Thanks for the reminder, I'll add a judgment.

>> +		opts->bpf_opt_len = th->bpf_opt_len;
>> +		return;
>> +	}
>> +
>>   	/* *remaining has already been aligned to 4 bytes, so *remaining >= 4 */
>>   
>>   	/* init sock_ops */
>> @@ -538,6 +547,7 @@ static void bpf_skops_hdr_opt_len(struct sock *sk, struct sk_buff *skb,
>>   	opts->bpf_opt_len = *remaining - sock_ops.remaining_opt_len;
>>   	/* round up to 4 bytes */
>>   	opts->bpf_opt_len = (opts->bpf_opt_len + 3) & ~3;
>> +	th->bpf_opt_len = opts->bpf_opt_len;
>>   
>>   	*remaining -= opts->bpf_opt_len;
>>   }
>> diff --git a/tools/include/uapi/linux/bpf.h b/tools/include/uapi/linux/bpf.h
>> index 90706a47f6ff..f2092de1f432 100644
>> --- a/tools/include/uapi/linux/bpf.h
>> +++ b/tools/include/uapi/linux/bpf.h
>> @@ -6892,8 +6892,14 @@ enum {
>>   	 * options first before the BPF program does.
>>   	 */
>>   	BPF_SOCK_OPS_WRITE_HDR_OPT_CB_FLAG = (1<<6),
>> +	/* Fast path to reserve space in a skb under
>> +	 * sock_ops->op == BPF_SOCK_OPS_HDR_OPT_LEN_CB.
>> +	 * opt length doesn't change often, so it can save in the tcp_sock.

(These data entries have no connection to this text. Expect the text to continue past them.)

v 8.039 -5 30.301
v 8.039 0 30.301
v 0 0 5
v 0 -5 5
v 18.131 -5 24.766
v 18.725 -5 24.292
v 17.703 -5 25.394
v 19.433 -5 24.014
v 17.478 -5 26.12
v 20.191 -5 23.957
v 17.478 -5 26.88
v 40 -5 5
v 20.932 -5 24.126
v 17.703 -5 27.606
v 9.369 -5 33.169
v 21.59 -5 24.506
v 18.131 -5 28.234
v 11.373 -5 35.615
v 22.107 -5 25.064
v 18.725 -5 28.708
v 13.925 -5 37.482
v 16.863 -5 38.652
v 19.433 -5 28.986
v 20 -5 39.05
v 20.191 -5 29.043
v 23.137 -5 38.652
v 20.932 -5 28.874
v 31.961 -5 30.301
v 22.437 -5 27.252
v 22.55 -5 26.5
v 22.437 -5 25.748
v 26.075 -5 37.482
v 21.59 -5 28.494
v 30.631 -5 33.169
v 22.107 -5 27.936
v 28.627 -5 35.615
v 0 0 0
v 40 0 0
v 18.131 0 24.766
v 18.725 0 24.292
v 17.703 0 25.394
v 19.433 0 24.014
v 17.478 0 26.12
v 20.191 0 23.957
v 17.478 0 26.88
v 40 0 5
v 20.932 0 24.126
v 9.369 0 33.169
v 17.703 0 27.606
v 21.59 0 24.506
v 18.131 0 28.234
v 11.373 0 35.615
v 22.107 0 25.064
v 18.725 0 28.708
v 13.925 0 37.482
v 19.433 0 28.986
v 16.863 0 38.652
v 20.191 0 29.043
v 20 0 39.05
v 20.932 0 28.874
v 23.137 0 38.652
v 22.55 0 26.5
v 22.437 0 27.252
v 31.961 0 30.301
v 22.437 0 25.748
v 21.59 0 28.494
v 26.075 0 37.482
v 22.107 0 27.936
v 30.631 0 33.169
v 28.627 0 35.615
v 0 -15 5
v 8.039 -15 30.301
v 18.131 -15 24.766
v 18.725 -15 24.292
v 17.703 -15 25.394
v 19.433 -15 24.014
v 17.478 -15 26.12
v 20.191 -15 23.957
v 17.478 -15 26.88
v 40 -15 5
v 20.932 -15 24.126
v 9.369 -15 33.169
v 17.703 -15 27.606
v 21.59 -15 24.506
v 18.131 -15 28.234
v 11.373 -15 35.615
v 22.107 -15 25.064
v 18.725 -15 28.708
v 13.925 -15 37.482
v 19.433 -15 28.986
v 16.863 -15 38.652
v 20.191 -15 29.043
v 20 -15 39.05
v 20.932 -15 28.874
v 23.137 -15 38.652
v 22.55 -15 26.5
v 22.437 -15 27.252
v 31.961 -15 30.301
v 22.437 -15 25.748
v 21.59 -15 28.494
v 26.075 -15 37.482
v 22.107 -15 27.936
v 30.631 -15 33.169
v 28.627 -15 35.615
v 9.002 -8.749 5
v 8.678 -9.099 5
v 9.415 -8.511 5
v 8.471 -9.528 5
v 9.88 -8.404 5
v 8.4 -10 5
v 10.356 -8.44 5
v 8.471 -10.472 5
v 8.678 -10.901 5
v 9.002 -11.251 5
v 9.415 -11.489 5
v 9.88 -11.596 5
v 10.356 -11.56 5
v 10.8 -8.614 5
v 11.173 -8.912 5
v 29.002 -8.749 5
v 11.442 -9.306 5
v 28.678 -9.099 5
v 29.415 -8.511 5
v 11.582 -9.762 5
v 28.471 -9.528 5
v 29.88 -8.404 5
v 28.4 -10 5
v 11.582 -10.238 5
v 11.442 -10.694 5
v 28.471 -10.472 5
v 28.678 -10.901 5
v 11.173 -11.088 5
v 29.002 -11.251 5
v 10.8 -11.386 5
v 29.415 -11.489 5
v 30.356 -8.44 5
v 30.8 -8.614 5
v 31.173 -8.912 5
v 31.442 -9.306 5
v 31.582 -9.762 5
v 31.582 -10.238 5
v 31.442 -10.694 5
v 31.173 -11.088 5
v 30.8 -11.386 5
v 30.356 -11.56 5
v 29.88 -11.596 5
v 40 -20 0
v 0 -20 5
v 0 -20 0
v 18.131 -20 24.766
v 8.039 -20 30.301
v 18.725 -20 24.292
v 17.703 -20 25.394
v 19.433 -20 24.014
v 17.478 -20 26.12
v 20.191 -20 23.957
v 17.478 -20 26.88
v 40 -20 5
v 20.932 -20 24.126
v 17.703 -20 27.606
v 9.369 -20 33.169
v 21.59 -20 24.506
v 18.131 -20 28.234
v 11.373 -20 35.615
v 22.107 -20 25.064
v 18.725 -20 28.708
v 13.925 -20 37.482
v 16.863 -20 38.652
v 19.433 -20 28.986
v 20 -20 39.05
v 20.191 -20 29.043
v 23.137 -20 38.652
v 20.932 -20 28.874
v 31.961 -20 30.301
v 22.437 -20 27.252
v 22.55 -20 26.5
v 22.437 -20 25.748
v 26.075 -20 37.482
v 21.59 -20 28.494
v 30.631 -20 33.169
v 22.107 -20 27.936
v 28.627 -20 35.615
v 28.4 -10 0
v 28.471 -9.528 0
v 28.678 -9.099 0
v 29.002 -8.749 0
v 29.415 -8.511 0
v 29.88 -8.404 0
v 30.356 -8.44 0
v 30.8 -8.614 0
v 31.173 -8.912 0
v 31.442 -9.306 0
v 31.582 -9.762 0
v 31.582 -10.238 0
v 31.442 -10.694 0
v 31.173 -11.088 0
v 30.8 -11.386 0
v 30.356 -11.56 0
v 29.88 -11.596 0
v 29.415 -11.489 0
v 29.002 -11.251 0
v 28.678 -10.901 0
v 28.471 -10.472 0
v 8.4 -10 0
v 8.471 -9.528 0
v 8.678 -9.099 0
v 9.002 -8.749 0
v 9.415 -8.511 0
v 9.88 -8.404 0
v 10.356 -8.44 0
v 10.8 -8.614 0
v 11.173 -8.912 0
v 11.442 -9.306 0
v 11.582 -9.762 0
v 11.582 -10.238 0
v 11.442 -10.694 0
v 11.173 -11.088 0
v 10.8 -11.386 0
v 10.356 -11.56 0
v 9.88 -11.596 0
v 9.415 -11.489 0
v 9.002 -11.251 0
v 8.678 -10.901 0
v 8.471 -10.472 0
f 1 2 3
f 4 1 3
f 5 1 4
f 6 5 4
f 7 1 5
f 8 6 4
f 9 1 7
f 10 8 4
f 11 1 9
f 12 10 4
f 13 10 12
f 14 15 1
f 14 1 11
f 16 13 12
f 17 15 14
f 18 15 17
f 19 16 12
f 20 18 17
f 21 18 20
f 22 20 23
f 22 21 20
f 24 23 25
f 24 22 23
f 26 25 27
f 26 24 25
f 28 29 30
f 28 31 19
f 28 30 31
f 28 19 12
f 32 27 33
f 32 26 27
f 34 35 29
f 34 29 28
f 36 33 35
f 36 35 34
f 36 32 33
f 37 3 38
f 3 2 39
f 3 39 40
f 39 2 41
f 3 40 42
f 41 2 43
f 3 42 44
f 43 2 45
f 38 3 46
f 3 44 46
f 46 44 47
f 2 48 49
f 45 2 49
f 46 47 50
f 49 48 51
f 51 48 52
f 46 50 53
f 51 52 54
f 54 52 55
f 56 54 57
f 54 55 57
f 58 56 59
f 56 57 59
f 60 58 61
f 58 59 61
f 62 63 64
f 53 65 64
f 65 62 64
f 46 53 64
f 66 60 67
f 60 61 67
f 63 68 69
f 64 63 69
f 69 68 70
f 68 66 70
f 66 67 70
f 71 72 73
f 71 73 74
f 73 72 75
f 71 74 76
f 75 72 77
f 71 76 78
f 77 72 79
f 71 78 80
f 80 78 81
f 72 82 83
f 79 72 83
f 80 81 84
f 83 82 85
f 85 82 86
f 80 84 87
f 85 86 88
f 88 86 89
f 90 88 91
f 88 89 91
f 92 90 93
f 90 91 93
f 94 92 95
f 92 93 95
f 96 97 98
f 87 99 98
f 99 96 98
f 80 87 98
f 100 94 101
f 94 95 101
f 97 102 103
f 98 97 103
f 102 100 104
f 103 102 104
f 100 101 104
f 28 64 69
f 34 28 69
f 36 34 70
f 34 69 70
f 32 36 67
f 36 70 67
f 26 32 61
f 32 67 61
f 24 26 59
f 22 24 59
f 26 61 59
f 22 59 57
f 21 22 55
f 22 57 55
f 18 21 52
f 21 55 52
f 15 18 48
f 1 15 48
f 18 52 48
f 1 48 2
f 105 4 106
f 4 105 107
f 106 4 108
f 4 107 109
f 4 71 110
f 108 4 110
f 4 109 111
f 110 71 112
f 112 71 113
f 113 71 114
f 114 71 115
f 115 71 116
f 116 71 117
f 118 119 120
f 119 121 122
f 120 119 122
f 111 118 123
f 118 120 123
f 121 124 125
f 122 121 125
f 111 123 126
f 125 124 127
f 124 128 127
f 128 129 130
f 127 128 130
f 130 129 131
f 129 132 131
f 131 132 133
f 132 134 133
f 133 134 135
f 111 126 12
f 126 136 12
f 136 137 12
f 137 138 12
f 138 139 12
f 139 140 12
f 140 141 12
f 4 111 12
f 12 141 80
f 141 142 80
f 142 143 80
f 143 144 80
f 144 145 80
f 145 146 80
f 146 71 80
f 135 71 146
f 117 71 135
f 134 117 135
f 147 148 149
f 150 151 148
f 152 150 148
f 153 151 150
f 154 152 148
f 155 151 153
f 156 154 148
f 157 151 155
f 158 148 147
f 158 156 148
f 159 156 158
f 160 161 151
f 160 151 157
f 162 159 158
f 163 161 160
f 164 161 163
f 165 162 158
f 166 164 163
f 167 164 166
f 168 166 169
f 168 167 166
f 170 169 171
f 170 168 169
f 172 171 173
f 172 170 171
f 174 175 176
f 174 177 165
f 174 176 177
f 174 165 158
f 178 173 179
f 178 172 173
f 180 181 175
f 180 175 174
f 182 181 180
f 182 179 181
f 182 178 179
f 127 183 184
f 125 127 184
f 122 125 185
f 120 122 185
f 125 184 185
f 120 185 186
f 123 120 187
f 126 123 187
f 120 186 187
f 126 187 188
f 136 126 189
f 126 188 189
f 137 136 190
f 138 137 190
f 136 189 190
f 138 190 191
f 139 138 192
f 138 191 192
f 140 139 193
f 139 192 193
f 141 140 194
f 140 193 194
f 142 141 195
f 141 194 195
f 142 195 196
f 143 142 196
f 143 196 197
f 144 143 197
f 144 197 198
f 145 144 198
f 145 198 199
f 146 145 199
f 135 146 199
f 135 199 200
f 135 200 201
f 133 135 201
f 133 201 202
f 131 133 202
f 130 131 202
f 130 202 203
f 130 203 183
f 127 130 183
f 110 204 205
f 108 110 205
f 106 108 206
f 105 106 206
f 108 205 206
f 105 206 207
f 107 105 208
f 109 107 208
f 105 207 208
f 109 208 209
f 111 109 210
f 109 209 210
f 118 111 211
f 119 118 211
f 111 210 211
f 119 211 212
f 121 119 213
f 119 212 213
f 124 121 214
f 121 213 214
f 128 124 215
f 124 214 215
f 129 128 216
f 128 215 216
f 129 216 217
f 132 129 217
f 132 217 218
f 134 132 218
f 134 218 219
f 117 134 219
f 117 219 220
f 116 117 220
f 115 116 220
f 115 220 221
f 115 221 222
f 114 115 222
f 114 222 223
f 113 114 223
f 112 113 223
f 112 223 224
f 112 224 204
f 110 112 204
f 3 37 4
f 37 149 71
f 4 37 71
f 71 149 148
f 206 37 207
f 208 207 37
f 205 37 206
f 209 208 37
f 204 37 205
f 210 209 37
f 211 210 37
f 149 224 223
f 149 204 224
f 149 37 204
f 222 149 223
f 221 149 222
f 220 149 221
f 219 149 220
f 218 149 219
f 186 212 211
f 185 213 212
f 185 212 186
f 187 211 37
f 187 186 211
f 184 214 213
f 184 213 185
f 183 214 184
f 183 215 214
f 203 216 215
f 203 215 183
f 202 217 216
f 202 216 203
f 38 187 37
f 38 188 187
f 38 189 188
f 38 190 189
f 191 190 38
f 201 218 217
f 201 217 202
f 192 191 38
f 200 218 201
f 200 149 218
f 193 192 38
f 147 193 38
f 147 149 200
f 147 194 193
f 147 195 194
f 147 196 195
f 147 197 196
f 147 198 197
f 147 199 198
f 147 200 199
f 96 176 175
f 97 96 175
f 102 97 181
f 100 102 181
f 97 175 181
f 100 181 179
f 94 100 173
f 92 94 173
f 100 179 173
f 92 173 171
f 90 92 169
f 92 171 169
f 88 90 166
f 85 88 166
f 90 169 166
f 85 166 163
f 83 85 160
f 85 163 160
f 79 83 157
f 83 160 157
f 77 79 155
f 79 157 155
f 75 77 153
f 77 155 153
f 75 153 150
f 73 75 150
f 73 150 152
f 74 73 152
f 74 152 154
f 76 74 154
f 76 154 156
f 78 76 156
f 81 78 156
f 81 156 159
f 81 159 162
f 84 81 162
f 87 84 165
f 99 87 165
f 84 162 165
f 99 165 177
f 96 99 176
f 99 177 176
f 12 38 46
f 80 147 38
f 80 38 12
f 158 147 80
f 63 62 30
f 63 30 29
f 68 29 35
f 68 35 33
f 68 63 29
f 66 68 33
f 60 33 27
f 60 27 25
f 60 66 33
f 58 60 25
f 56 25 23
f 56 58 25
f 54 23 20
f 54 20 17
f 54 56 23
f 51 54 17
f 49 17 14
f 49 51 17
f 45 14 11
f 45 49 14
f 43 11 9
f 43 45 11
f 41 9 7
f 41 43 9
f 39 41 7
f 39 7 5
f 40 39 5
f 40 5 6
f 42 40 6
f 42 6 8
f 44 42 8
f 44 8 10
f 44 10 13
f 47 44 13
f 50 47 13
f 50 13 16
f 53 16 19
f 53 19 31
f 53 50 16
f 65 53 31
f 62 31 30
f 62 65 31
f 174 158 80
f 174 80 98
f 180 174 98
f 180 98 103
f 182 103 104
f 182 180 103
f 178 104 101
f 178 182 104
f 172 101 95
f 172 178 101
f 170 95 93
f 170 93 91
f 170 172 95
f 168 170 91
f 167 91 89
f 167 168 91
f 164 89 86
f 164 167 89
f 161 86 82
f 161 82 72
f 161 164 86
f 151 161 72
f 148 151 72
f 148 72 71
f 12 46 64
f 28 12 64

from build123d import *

# Parameters (mm, degrees)
F3_R     = 2.55
F4_DEPTH = 5
F0_W     = 40
F0_H     = 5
F5_DEPTH = 5
F6_D     = 3.2


with BuildPart() as f4:
    # F3 (on Front) → F4 (new body)
    with BuildSketch(Plane.XZ):
        with BuildLine():
            Line((0, 5), (0, 0))
            Line((0, 0), (40, 0))
            Line((40, 0), (40, 5))
            Line((40, 5), (31.9607029074, 30.3005375883))
            ThreePointArc((31.9607029074, 30.3005375883), (20, 39.05), (8.0392970926, 30.3005375883))
            Line((8.0392970926, 30.3005375883), (0, 5))
        make_face()
        with Locations((20, 26.5)):
            Circle(F3_R, mode=Mode.SUBTRACT)
    extrude(amount=F4_DEPTH)

    # F0 (on face) → F5 (join)
    with BuildSketch(Plane.XZ.offset(5)):
        with Locations((20, 2.5)):
            Rectangle(F0_W, F0_H)
    extrude(amount=F5_DEPTH)

    # F1: F4 across face


with BuildPart() as f4_1:
    add(f4.part)
    add(f4.part.mirror(Plane(origin=(20, -10, 2.5), x_dir=(1, 0, 0), z_dir=(0, -1, 0))))

    # F6 (through all)
    with Locations(Plane.XY.offset(5)):
        with Locations((10, -10), (30, -10)):
            Hole(F6_D / 2)


solid = f4_1.part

And
>> +	 * set BPF_SOCK_OPS_HDR_OPT_LEN_CACHE_CB_FLAG to no bpf call.
>> +	 */
>> +	BPF_SOCK_OPS_HDR_OPT_LEN_CACHE_CB_FLAG = (1<<7),
> 
> Have you considered a bpf_reserve_hdr_opt() flag instead?
> 
> An example or test coverage would to show this API extension in action
> would help.
> 

bpf_reserve_hdr_opt () flag can't finish this. I want to optimize
that bpf prog will not be triggered frequently before TSO. Provide
a way for users to not trigger bpf prog when opt len is unchanged.
Then when writing opt, if len changes, clear the flag, and then
change opt len in the next package.

In the next version, I will add test cases.

>>   /* Mask of all currently supported cb flags */
>> -	BPF_SOCK_OPS_ALL_CB_FLAGS       = 0x7F,
>> +	BPF_SOCK_OPS_ALL_CB_FLAGS       = 0xFF,
>>   };
>>   
>>   /* List of known BPF sock_ops operators.